In this week’s Torah reading we find a parallel message to the moral of Horton’s story, one equally resonant but far more subtle. Near the end of the Book of Numbers, which we conclude tomorrow, we read the travelogue of the Israelites’ journey through the wilderness. For the better part of thirty-eight years, from the conclusion of the events in last week’s parashah, Pinchas, until next week’s reading from the beginning of Deuteronomy, there has been a lot of traveling and camping. The travelogue itself seems mundane, even boring, as it moves through forty-nine verses in chapter 33. Yet traditionally most of these verses are read in a special tune which draws additional attention to them and causes us to perk our heads up: what’s going on here that’s so special?
The special tune is itself a near match to the special tune to which we chant part of the Song of the Sea (Exodus 15:1-18). These two texts have almost nothing in common. One is the exultant poetry of a newly redeemed nation, what some Biblical scholars refer to as the Israelites’ national anthem. The other is a list of way stations on a journey whose expressed purpose is to allow that same generation of slaves to die out so that a different generation, more appropriate for the task, is ready to enter the Promised Land. Yet their linkage through the music is illustrative of a broader message: the journey through the wilderness is somehow as important as the crossing of the sea. The thirty-eight year process plays the same formative role for the generation who will conquer the Land of Israel as the hours-long traversing of the Sea of Reeds did for their parents who were slaves in Egypt.

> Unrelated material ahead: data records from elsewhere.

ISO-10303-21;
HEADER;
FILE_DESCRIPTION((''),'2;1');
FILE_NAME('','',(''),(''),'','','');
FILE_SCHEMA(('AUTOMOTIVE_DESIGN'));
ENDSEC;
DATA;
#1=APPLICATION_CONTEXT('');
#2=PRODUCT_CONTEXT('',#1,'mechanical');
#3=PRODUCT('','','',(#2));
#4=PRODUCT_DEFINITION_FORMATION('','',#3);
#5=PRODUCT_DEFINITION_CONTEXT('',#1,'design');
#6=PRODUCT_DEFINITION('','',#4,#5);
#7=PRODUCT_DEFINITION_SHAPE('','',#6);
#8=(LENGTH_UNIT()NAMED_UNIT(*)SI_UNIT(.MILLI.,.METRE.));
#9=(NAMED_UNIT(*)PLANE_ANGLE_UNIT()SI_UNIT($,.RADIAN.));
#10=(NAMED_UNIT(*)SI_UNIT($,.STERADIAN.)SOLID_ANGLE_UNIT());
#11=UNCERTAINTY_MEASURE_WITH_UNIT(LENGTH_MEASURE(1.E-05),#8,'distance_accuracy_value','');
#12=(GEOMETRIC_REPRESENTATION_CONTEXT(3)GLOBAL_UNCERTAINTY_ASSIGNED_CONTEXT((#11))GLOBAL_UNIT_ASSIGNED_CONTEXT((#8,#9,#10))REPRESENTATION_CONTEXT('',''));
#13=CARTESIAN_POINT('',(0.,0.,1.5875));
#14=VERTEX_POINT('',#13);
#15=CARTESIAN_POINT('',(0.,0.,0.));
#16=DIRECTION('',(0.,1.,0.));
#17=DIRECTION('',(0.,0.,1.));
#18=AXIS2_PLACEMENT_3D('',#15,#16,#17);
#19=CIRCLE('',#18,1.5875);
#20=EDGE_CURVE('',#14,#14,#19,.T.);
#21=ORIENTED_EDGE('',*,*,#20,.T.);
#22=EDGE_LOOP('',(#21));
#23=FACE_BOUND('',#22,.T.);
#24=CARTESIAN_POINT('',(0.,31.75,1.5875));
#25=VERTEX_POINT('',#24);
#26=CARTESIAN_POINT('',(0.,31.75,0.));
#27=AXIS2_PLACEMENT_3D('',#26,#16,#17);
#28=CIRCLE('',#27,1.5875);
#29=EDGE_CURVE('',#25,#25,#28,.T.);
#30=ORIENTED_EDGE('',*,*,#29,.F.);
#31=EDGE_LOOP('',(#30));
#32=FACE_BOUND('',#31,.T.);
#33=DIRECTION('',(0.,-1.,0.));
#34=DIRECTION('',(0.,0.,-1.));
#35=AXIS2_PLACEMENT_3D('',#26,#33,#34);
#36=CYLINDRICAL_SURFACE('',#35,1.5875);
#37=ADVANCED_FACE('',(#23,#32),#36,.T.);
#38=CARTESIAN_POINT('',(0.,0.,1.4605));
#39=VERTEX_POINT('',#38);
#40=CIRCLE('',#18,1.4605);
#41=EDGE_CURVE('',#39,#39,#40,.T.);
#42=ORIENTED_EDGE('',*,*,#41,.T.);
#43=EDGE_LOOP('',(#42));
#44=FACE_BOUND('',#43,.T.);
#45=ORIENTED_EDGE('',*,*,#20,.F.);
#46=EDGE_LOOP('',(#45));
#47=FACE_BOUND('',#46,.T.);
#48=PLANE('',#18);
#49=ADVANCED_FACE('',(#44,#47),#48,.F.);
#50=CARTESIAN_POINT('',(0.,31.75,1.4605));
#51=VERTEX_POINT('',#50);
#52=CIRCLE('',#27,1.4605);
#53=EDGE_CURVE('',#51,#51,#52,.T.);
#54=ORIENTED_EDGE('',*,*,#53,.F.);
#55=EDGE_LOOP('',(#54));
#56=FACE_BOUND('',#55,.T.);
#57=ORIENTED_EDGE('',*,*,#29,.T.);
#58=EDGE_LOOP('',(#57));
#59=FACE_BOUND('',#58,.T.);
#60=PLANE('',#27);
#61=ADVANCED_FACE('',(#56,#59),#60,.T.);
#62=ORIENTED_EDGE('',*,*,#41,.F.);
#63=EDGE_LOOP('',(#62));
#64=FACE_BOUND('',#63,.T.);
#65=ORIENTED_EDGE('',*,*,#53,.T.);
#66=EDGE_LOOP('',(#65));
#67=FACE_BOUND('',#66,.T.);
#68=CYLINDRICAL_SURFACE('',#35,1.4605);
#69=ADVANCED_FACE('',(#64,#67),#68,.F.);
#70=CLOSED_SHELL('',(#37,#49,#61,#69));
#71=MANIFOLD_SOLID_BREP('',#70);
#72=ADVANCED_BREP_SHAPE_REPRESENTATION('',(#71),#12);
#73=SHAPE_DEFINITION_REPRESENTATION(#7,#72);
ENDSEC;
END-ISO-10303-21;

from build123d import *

# Parameters (mm, degrees)
SKETCH1_R           = 1.5875
BOSS_EXTRUDE1_DEPTH = 31.75
SHELL4_T            = -0.127


with BuildPart() as part:
    # Sketch1 → Boss-Extrude1 (new body)
    with BuildSketch(Plane(origin=(0, 0, 0), x_dir=(1, 0, 0), z_dir=(0, 1, 0))):
        with Locations(Location((0, 0, 0), (0, 0, 270))):
            Circle(SKETCH1_R)
    extrude(amount=BOSS_EXTRUDE1_DEPTH)

    # Shell4
    shell4_openings = [part.faces().sort_by_distance(p)[0] for p in [
        (0, 31.75, 0),
        (0, 0, 0),
    ]]
    offset(amount=SHELL4_T, openings=shell4_openings, kind=Kind.INTERSECTION)


solid = part.part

So then, Dr. Seuss taught us this week that every person matters. And the Torah is teaching us that every moment matters, the stop at Yotvatah special in the same way that the site of God’s greatest military victory is.
On Monday morning when I heard that camper parent say “Ramah, you are our village,” I began ruminating on these two disparate messages: of Dr. Seuss and the Book of Numbers. Our village is one where each child and every moment is holy. Where process – days of immersion in our community and years of investment in families – is valued even more highly than product. Where we embrace our chanichot and chanichim (campers) for who they are today and not who they may someday become. Where each of our generations are formed not through a single miraculous event but the labor of our journeys, of picking up and setting down time after time as the Torah describes.
With wishes for a Shabbat Shalom,
Jacob
Questions to ask your campers this week:
Kochavim: What is your favorite camp activity?
Halutzim: What is something you’ve learned about your bunk mate?
Solelim: What sadna (workshop) are you in and what is a skill you are working on?
Shoafim: What did you learn about refugees in Israel and what can do to help?
Bogrim: What did you take away from Yom Simulation? Did it push you to think differently about Israel or Israeli society?
Machon: What was your identity in the simulation?
Tikvah: What can you tell me about a new friend you made during Shabbat with Atzmayim?
Nivonim: How was the canoe trip/yimei banim?
Atzmayim: What did you make in cooking club?